The follow-up changes will propagate the input data and expected output
from benchmark definitions to the tool
diff --git a/build_tools/benchmarks/common/benchmark_config.py b/build_tools/benchmarks/common/benchmark_config.py
index f9fb2dd..a86ef0f 100644
--- a/build_tools/benchmarks/common/benchmark_config.py
+++ b/build_tools/benchmarks/common/benchmark_config.py
@@ -56,6 +56,7 @@
       times.
     continue_from_previous: skip the benchmarks if their results are found in
       the benchmark_results_dir.
+    verify: verify the output if model's expected output is available.
     """
 
     root_benchmark_dir: pathlib.Path
@@ -73,6 +74,7 @@
     keep_going: bool = False
     benchmark_min_time: float = 0
     continue_from_previous: bool = False
+    verify: bool = False
 
     @staticmethod
     def build_from_args(args: Namespace, git_commit_hash: str):
@@ -124,4 +126,5 @@
             keep_going=args.keep_going,
             benchmark_min_time=args.benchmark_min_time,
             continue_from_previous=args.continue_from_previous,
+            verify=args.verify,
         )
diff --git a/build_tools/benchmarks/common/benchmark_config_test.py b/build_tools/benchmarks/common/benchmark_config_test.py
index 2a446ab..747982b 100644
--- a/build_tools/benchmarks/common/benchmark_config_test.py
+++ b/build_tools/benchmarks/common/benchmark_config_test.py
@@ -53,6 +53,7 @@
                 f"--e2e_test_artifacts_dir={self.e2e_test_artifacts_dir}",
                 f"--execution_benchmark_config={self.execution_config}",
                 "--target_device=test",
+                "--verify",
             ]
         )
 
@@ -79,6 +80,7 @@
             keep_going=True,
             benchmark_min_time=10,
             use_compatible_filter=True,
+            verify=True,
         )
         self.assertEqual(config, expected_config)
 
diff --git a/build_tools/benchmarks/common/benchmark_suite.py b/build_tools/benchmarks/common/benchmark_suite.py
index 05ee0b5..aa6ba88 100644
--- a/build_tools/benchmarks/common/benchmark_suite.py
+++ b/build_tools/benchmarks/common/benchmark_suite.py
@@ -9,10 +9,10 @@
 benchmark suite.
 """
 
-import collections
 import pathlib
 import re
 
+import dataclasses
 from dataclasses import dataclass
 from typing import Dict, List, Optional, Sequence, Tuple
 from common.benchmark_definition import IREE_DRIVERS_INFOS, DriverInfo
@@ -36,6 +36,8 @@
     benchmark_tool_name: the benchmark tool, e.g., 'iree-benchmark-module'.
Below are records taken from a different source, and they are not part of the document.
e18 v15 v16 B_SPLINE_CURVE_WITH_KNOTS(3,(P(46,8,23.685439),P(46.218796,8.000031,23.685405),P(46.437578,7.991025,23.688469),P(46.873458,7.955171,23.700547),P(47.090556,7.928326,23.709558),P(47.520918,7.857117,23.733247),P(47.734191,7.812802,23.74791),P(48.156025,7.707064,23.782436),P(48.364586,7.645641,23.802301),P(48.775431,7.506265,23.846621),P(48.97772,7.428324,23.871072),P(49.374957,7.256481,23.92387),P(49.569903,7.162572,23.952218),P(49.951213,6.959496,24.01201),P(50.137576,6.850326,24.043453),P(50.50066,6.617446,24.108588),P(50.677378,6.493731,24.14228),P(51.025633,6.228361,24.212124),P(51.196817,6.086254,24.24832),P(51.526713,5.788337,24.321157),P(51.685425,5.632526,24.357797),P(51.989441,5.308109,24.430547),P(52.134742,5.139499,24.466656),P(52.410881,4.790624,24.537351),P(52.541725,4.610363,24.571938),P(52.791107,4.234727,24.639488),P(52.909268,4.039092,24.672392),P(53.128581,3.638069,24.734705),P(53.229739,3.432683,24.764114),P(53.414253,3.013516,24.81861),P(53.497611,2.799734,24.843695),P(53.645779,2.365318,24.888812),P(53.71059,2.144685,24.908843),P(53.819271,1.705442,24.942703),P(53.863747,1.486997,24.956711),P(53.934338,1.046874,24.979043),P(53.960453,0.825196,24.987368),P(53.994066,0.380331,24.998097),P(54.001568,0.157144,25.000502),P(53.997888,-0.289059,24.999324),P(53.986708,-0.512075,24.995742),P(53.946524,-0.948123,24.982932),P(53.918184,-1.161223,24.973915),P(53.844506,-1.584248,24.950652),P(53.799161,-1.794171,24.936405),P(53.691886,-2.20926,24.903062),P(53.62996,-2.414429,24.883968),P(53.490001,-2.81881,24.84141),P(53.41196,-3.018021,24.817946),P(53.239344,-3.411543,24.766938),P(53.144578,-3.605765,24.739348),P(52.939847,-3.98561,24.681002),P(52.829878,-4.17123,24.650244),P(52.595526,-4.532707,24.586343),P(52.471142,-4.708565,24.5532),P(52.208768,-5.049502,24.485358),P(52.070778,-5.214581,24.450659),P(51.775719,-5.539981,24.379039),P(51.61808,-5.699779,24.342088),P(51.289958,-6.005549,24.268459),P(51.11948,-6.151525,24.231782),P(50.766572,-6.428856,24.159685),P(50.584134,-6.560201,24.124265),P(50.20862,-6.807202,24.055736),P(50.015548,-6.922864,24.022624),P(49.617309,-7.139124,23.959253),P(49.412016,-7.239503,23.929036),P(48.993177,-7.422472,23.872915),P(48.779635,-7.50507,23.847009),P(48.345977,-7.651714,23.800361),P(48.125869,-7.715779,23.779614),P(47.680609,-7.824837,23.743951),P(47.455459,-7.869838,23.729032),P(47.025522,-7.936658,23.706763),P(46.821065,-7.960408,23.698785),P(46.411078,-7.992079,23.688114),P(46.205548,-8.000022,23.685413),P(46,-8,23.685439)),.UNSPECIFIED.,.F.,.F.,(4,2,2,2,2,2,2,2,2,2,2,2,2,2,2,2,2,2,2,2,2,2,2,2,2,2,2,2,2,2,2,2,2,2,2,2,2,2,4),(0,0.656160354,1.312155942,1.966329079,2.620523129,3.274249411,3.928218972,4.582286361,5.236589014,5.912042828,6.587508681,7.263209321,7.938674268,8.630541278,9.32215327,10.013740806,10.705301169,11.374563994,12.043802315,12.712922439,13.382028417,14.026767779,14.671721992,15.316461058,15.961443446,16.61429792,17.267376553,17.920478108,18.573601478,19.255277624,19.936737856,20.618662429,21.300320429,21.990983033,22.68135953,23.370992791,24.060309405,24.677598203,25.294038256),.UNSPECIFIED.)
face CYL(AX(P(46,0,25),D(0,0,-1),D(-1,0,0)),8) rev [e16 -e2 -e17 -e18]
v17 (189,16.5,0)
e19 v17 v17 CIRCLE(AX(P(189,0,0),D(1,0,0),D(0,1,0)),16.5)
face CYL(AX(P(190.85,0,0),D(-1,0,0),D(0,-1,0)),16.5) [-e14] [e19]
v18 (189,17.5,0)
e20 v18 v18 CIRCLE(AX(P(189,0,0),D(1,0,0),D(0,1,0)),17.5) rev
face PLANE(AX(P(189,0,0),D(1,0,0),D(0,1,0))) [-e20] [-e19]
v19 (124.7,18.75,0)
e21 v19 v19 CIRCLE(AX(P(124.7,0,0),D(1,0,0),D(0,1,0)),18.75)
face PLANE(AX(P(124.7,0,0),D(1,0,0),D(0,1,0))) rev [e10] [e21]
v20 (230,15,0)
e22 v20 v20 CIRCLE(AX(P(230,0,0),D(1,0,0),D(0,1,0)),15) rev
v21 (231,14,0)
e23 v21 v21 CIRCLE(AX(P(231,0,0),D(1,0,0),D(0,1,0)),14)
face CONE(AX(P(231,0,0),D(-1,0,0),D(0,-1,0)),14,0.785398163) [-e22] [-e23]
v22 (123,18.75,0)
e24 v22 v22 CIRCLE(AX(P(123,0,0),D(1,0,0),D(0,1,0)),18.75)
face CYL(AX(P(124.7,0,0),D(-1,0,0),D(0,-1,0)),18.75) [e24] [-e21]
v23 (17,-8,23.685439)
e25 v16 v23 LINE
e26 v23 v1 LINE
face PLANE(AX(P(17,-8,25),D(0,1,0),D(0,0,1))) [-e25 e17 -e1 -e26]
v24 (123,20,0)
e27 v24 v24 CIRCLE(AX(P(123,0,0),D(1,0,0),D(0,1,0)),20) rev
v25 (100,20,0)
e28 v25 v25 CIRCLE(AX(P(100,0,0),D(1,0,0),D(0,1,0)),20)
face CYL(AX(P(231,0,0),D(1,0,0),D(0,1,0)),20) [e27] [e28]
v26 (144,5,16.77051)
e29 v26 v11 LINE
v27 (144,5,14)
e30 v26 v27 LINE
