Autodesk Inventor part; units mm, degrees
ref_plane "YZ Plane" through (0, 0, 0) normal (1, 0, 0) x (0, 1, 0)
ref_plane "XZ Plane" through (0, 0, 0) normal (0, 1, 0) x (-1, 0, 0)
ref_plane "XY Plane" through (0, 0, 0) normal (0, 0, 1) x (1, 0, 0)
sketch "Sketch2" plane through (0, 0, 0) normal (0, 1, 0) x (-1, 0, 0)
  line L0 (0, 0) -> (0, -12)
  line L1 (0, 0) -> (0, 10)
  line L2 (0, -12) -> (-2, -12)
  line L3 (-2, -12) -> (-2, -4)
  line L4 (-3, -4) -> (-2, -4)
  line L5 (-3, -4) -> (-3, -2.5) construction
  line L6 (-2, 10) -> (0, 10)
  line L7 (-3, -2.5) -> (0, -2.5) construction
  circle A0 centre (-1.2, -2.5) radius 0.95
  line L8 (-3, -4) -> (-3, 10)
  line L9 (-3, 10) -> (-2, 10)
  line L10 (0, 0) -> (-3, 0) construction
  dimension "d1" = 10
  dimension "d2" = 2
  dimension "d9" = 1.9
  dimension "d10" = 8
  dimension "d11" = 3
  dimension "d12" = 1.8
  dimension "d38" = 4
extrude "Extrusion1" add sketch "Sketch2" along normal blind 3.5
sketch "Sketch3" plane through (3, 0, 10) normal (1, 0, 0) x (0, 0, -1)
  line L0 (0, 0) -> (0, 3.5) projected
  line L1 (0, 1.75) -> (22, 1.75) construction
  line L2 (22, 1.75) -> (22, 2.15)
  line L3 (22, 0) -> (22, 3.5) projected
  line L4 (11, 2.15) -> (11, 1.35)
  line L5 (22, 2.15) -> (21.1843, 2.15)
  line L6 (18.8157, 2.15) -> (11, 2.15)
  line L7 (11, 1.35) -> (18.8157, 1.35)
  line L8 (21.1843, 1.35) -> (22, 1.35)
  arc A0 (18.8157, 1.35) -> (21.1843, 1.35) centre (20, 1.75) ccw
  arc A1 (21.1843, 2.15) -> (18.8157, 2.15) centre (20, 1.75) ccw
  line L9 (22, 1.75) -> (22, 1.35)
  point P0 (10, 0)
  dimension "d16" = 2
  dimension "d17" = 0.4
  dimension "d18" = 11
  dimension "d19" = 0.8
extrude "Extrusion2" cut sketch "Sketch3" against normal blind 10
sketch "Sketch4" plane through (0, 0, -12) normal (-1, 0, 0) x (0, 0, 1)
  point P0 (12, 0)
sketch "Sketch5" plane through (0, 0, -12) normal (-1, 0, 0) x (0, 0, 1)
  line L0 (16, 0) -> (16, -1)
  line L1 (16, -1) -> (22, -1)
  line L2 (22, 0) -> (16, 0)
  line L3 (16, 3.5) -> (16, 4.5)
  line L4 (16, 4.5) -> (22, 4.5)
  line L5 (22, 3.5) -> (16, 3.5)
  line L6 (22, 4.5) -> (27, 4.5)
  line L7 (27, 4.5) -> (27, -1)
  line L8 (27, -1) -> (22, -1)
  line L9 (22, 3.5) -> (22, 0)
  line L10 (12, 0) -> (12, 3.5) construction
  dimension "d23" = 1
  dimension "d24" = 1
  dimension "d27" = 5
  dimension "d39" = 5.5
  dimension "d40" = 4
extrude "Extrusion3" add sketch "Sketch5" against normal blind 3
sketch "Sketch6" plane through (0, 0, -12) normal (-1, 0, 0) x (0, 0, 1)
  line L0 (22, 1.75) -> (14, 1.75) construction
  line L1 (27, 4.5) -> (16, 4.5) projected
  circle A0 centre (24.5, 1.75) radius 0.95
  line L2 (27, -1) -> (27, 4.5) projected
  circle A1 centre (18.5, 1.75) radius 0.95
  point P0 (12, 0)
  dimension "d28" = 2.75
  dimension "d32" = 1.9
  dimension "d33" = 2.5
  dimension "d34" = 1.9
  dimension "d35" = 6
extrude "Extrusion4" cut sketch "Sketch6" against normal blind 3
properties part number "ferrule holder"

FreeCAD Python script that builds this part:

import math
import FreeCAD as App
import Part
import Sketcher
from FreeCAD import Vector
Q = App.Units.Quantity

doc = App.newDocument("Part")
body = doc.addObject("PartDesign::Body", "Body")

# Sketch on XZ plane
sketch1 = body.newObject("Sketcher::SketchObject", "Sketch")
sketch1.AttachmentSupport = (doc.getObject("XZ_Plane"), [""])
sketch1.MapMode = "FlatFace"
sketch1.addGeometry(Part.LineSegment(Vector(0, -12, 0), Vector(0, 10, 0)), False)
sketch1.addGeometry(Part.LineSegment(Vector(0, 10, 0), Vector(3, 10, 0)), False)
sketch1.addGeometry(Part.LineSegment(Vector(3, 10, 0), Vector(3, -4, 0)), False)
sketch1.addGeometry(Part.LineSegment(Vector(3, -4, 0), Vector(2, -4, 0)), False)
sketch1.addGeometry(Part.LineSegment(Vector(2, -4, 0), Vector(2, -12, 0)), False)
sketch1.addGeometry(Part.LineSegment(Vector(2, -12, 0), Vector(0, -12, 0)), False)
sketch1.addGeometry(Part.Circle(Vector(1.2, -2.5, 0), Vector(0, 0, 1), 0.95), False)
sketch1.addConstraint(Sketcher.Constraint("Coincident", 0, 2, 1, 1))
sketch1.addConstraint(Sketcher.Constraint("Coincident", 1, 2, 2, 1))
sketch1.addConstraint(Sketcher.Constraint("Coincident", 2, 2, 3, 1))
sketch1.addConstraint(Sketcher.Constraint("Coincident", 3, 2, 4, 1))
sketch1.addConstraint(Sketcher.Constraint("Coincident", 4, 2, 5, 1))
sketch1.addConstraint(Sketcher.Constraint("Coincident", 5, 2, 0, 1))
sketch1.addConstraint(Sketcher.Constraint("Vertical", 0))
sketch1.addConstraint(Sketcher.Constraint("Horizontal", 1))
sketch1.addConstraint(Sketcher.Constraint("Vertical", 2))
sketch1.addConstraint(Sketcher.Constraint("Horizontal", 3))
sketch1.addConstraint(Sketcher.Constraint("Vertical", 4))
sketch1.addConstraint(Sketcher.Constraint("Horizontal", 5))
sketch1.addConstraint(Sketcher.Constraint("PointOnObject", 0, 2, -2))
sketch1.addConstraint(Sketcher.Constraint("Diameter", 6, Q("1.9 mm")))
sketch1.addConstraint(Sketcher.Constraint("DistanceX", 1, 1, 1, 2, Q("3 mm")))
sketch1.addConstraint(Sketcher.Constraint("DistanceX", 5, 2, 5, 1, Q("2 mm")))
sketch1.addConstraint(Sketcher.Constraint("DistanceY", 4, 2, 4, 1, Q("8 mm")))
sketch1.addConstraint(Sketcher.Constraint("DistanceY", -1, 1, 0, 2, Q("10 mm")))
sketch1.addConstraint(Sketcher.Constraint("DistanceY", 2, 2, -1, 1, Q("4 mm")))
sketch1.addConstraint(Sketcher.Constraint("DistanceX", 6, 3, 1, 2, Q("1.8 mm")))
sketch1.addConstraint(Sketcher.Constraint("DistanceY", 6, 3, -1, 1, Q("2.5 mm")))
pad1 = body.newObject("PartDesign::Pad", "Pad")
pad1.Profile = sketch1
pad1.Length = 3.5
pad1.Reversed = True

# Sketch on YZ plane
sketch2 = body.newObject("Sketcher::SketchObject", "Sketch001")
sketch2.AttachmentSupport = (doc.getObject("YZ_Plane"), [""])
sketch2.MapMode = "FlatFace"
sketch2.AttachmentOffset = App.Placement(Vector(0, 0, 3), App.Rotation())
sketch2.addGeometry(Part.LineSegment(Vector(1.35, -12, 0), Vector(2.15, -12, 0)), False)
sketch2.addGeometry(Part.LineSegment(Vector(2.15, -12, 0), Vector(2.15, -11.1843, 0)), False)
sketch2.addGeometry(Part.ArcOfCircle(Part.Circle(Vector(1.75, -10, 0), Vector(0, 0, 1), 1.250027), math.radians(-71.337487), math.radians(71.337487)), False)
sketch2.addGeometry(Part.LineSegment(Vector(2.15, -8.8157, 0), Vector(2.15, -1, 0)), False)
sketch2.addGeometry(Part.LineSegment(Vector(2.15, -1, 0), Vector(1.35, -1, 0)), False)
sketch2.addGeometry(Part.LineSegment(Vector(1.35, -1, 0), Vector(1.35, -8.8157, 0)), False)
sketch2.addGeometry(Part.ArcOfCircle(Part.Circle(Vector(1.75, -10, 0), Vector(0, 0, 1), 1.250027), math.radians(108.662513), math.radians(251.337487)), False)
sketch2.addGeometry(Part.LineSegment(Vector(1.35, -11.1843, 0), Vector(1.35, -12, 0)), False)
sketch2.addConstraint(Sketcher.Constraint("Coincident", 0, 2, 1, 1))
sketch2.addConstraint(Sketcher.Constraint("Coincident", 1, 2, 2, 1))
sketch2.addConstraint(Sketcher.Constraint("Coincident", 2, 2, 3, 1))
sketch2.addConstraint(Sketcher.Constraint("Coincident", 3, 2, 4, 1))
sketch2.addConstraint(Sketcher.Constraint("Coincident", 4, 2, 5, 1))
sketch2.addConstraint(Sketcher.Constraint("Coincident", 5, 2, 6, 1))
sketch2.addConstraint(Sketcher.Constraint("Coincident", 6, 2, 7, 1))
sketch2.addConstraint(Sketcher.Constraint("Coincident", 7, 2, 0, 1))
sketch2.addConstraint(Sketcher.Constraint("Horizontal", 0))
sketch2.addConstraint(Sketcher.Constraint("Vertical", 1))
sketch2.addConstraint(Sketcher.Constraint("Vertical", 3))
sketch2.addConstraint(Sketcher.Constraint("Horizontal", 4))
sketch2.addConstraint(Sketcher.Constraint("Vertical", 5))
sketch2.addConstraint(Sketcher.Constraint("Vertical", 7))
sketch2.addConstraint(Sketcher.Constraint("Coincident", 6, 3, 2, 3))
sketch2.addConstraint(Sketcher.Constraint("Equal", 2, 6))
sketch2.addConstraint(Sketcher.Constraint("Horizontal", 2, 2, 5, 2))
sketch2.addConstraint(Sketcher.Constraint("Horizontal", 1, 2, 6, 2))
sketch2.addConstraint(Sketcher.Constraint("Vertical", 1, 2, 2, 2))
sketch2.addConstraint(Sketcher.Constraint("DistanceX", 0, 1, 0, 2, Q("0.8 mm")))
sketch2.addConstraint(Sketcher.Constraint("DistanceY", 0, 2, 2, 3, Q("2 mm")))
sketch2.addConstraint(Sketcher.Constraint("DistanceY", 0, 2, 3, 2, Q("11 mm")))
sketch2.addConstraint(Sketcher.Constraint("Radius", 2, Q("1.25 mm")))
sketch2.addConstraint(Sketcher.Constraint("DistanceY", 2, 3, -1, 1, Q("10 mm")))
sketch2.addConstraint(Sketcher.Constraint("DistanceX", -1, 1, 2, 3, Q("1.75 mm")))
pocket1 = body.newObject("PartDesign::Pocket", "Pocket")
pocket1.Profile = sketch2
pocket1.Length = 10

# Sketch on YZ plane
sketch3 = body.newObject("Sketcher::SketchObject", "Sketch002")
sketch3.AttachmentSupport = (doc.getObject("YZ_Plane"), [""])
sketch3.MapMode = "FlatFace"
sketch3.addGeometry(Part.LineSegment(Vector(0, 10, 0), Vector(0, 4, 0)), False)
sketch3.addGeometry(Part.LineSegment(Vector(0, 4, 0), Vector(-1, 4, 0)), False)
sketch3.addGeometry(Part.LineSegment(Vector(-1, 4, 0), Vector(-1, 15, 0)), False)
sketch3.addGeometry(Part.LineSegment(Vector(-1, 15, 0), Vector(4.5, 15, 0)), False)
sketch3.addGeometry(Part.LineSegment(Vector(4.5, 15, 0), Vector(4.5, 4, 0)), False)
sketch3.addGeometry(Part.LineSegment(Vector(4.5, 4, 0), Vector(3.5, 4, 0)), False)
sketch3.addGeometry(Part.LineSegment(Vector(3.5, 4, 0), Vector(3.5, 10, 0)), False)
sketch3.addGeometry(Part.LineSegment(Vector(3.5, 10, 0), Vector(0, 10, 0)), False)
sketch3.addConstraint(Sketcher.Constraint("Coincident", 0, 2, 1, 1))
sketch3.addConstraint(Sketcher.Constraint("Coincident", 1, 2, 2, 1))
sketch3.addConstraint(Sketcher.Constraint("Coincident", 2, 2, 3, 1))
sketch3.addConstraint(Sketcher.Constraint("Coincident", 3, 2, 4, 1))
sketch3.addConstraint(Sketcher.Constraint("Coincident", 4, 2, 5, 1))
sketch3.addConstraint(Sketcher.Constraint("Coincident", 5, 2, 6, 1))
sketch3.addConstraint(Sketcher.Constraint("Coincident", 6, 2, 7, 1))
sketch3.addConstraint(Sketcher.Constraint("Coincident", 7, 2, 0, 1))
sketch3.addConstraint(Sketcher.Constraint("Vertical", 0))
sketch3.addConstraint(Sketcher.Constraint("Horizontal", 1))
sketch3.addConstraint(Sketcher.Constraint("Vertical", 2))
sketch3.addConstraint(Sketcher.Constraint("Horizontal", 3))
sketch3.addConstraint(Sketcher.Constraint("Vertical", 4))
sketch3.addConstraint(Sketcher.Constraint("Horizontal", 5))
sketch3.addConstraint(Sketcher.Constraint("Vertical", 6))
sketch3.addConstraint(Sketcher.Constraint("Horizontal", 7))
sketch3.addConstraint(Sketcher.Constraint("PointOnObject", 0, 2, -2))
sketch3.addConstraint(Sketcher.Constraint("Horizontal", 1, 2, 4, 2))
sketch3.addConstraint(Sketcher.Constraint("Equal", 1, 5))
sketch3.addConstraint(Sketcher.Constraint("DistanceX", 1, 2, 1, 1, Q("1 mm")))
sketch3.addConstraint(Sketcher.Constraint("DistanceX", 3, 1, 3, 2, Q("5.5 mm")))
sketch3.addConstraint(Sketcher.Constraint("DistanceY", -1, 1, 0, 2, Q("4 mm")))
sketch3.addConstraint(Sketcher.Constraint("DistanceY", 6, 2, 3, 2, Q("5 mm")))
sketch3.addConstraint(Sketcher.Constraint("DistanceY", 0, 2, 0, 1, Q("6 mm")))
pad2 = body.newObject("PartDesign::Pad", "Pad001")
pad2.Profile = sketch3
pad2.Length = 3

# Sketch on YZ plane
sketch4 = body.newObject("Sketcher::SketchObject", "Sketch003")
sketch4.AttachmentSupport = (doc.getObject("YZ_Plane"), [""])
sketch4.MapMode = "FlatFace"
sketch4.addGeometry(Part.Circle(Vector(1.75, 12.5, 0), Vector(0, 0, 1), 0.95), False)
sketch4.addGeometry(Part.Circle(Vector(1.75, 6.5, 0), Vector(0, 0, 1), 0.95), False)
sketch4.addConstraint(Sketcher.Constraint("Equal", 0, 1))
sketch4.addConstraint(Sketcher.Constraint("Vertical", 0, 3, 1, 3))
sketch4.addConstraint(Sketcher.Constraint("Diameter", 0, Q("1.9 mm")))
sketch4.addConstraint(Sketcher.Constraint("DistanceY", 1, 3, 0, 3, Q("6 mm")))
sketch4.addConstraint(Sketcher.Constraint("DistanceY", -1, 1, 0, 3, Q("12.5 mm")))
sketch4.addConstraint(Sketcher.Constraint("DistanceX", -1, 1, 0, 3, Q("1.75 mm")))
pocket2 = body.newObject("PartDesign::Pocket", "Pocket001")
pocket2.Profile = sketch4
pocket2.Length = 3
pocket2.Reversed = True

doc.recompute()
     benchmark_case_dir: the path to benchmark case directory.
     run_config: the run config from e2e test framework.
+    input_uri: URI to find the input npy.
+    expected_output_uri: URI to find the expected output npy.
     """
 
     model_name: str
@@ -46,6 +48,9 @@
     benchmark_tool_name: str
     benchmark_case_dir: pathlib.Path
     run_config: iree_definitions.E2EModelRunConfig
+    input_uri: Optional[str] = None
+    expected_output_uri: Optional[str] = None
+    verify_params: List[str] = dataclasses.field(default_factory=list)
 
 
 # A map from execution config to driver info. This is temporary during migration
diff --git a/build_tools/benchmarks/common/common_arguments.py b/build_tools/benchmarks/common/common_arguments.py
index 71e8a82..8b7001b 100644
--- a/build_tools/benchmarks/common/common_arguments.py
+++ b/build_tools/benchmarks/common/common_arguments.py
@@ -171,6 +171,11 @@
             "information",
         )
         self.add_argument(
+            "--verify",
+            action="store_true",
+            help="Verify the output when the expected output is available",
+        )
+        self.add_argument(
             "--execution_benchmark_config",
             type=_check_file_path,
             required=True,
diff --git a/build_tools/benchmarks/run_benchmarks_on_linux.py b/build_tools/benchmarks/run_benchmarks_on_linux.py
index 8f7a36a..d61d9f0 100755
--- a/build_tools/benchmarks/run_benchmarks_on_linux.py
+++ b/build_tools/benchmarks/run_benchmarks_on_linux.py
@@ -15,6 +15,7 @@
 from typing import Any, List, Optional
 import atexit
 import json
+import requests
 import shutil
 import subprocess
 import tarfile
@@ -34,6 +35,7 @@
 from common.linux_device_utils import get_linux_device_info
 from e2e_test_artifacts import iree_artifacts
 from e2e_model_tests import run_module_utils
+
 import common.common_arguments
 
 
@@ -50,8 +52,35 @@
         benchmark_results_filename: Optional[pathlib.Path],
         capture_filename: Optional[pathlib.Path],
     ) -> None:
+        case_dir = benchmark_case.benchmark_case_dir
+        inputs_dir = None
+        expected_output_dir = None
+        if benchmark_case.input_uri:
+            inputs_dir = self.__fetch_and_unpack_npy(
+                uri=benchmark_case.input_uri, dest_dir=case_dir / "inputs_npy"
+            )
+        if benchmark_case.expected_output_uri:
+            expected_output_dir = self.__fetch_and_unpack_npy(
+                uri=benchmark_case.expected_output_uri,
+                dest_dir=case_dir / "expected_outputs_npy",
+            )
+
         if benchmark_results_filename:
+            if self.config.normal_benchmark_tool_dir is None:
+                raise ValueError("normal_benchmark_tool_dir can't be None.")
+
+            if self.config.verify and expected_output_dir:
+                if not inputs_dir:
+                    raise ValueError(f"Input data is missing for {benchmark_case}.")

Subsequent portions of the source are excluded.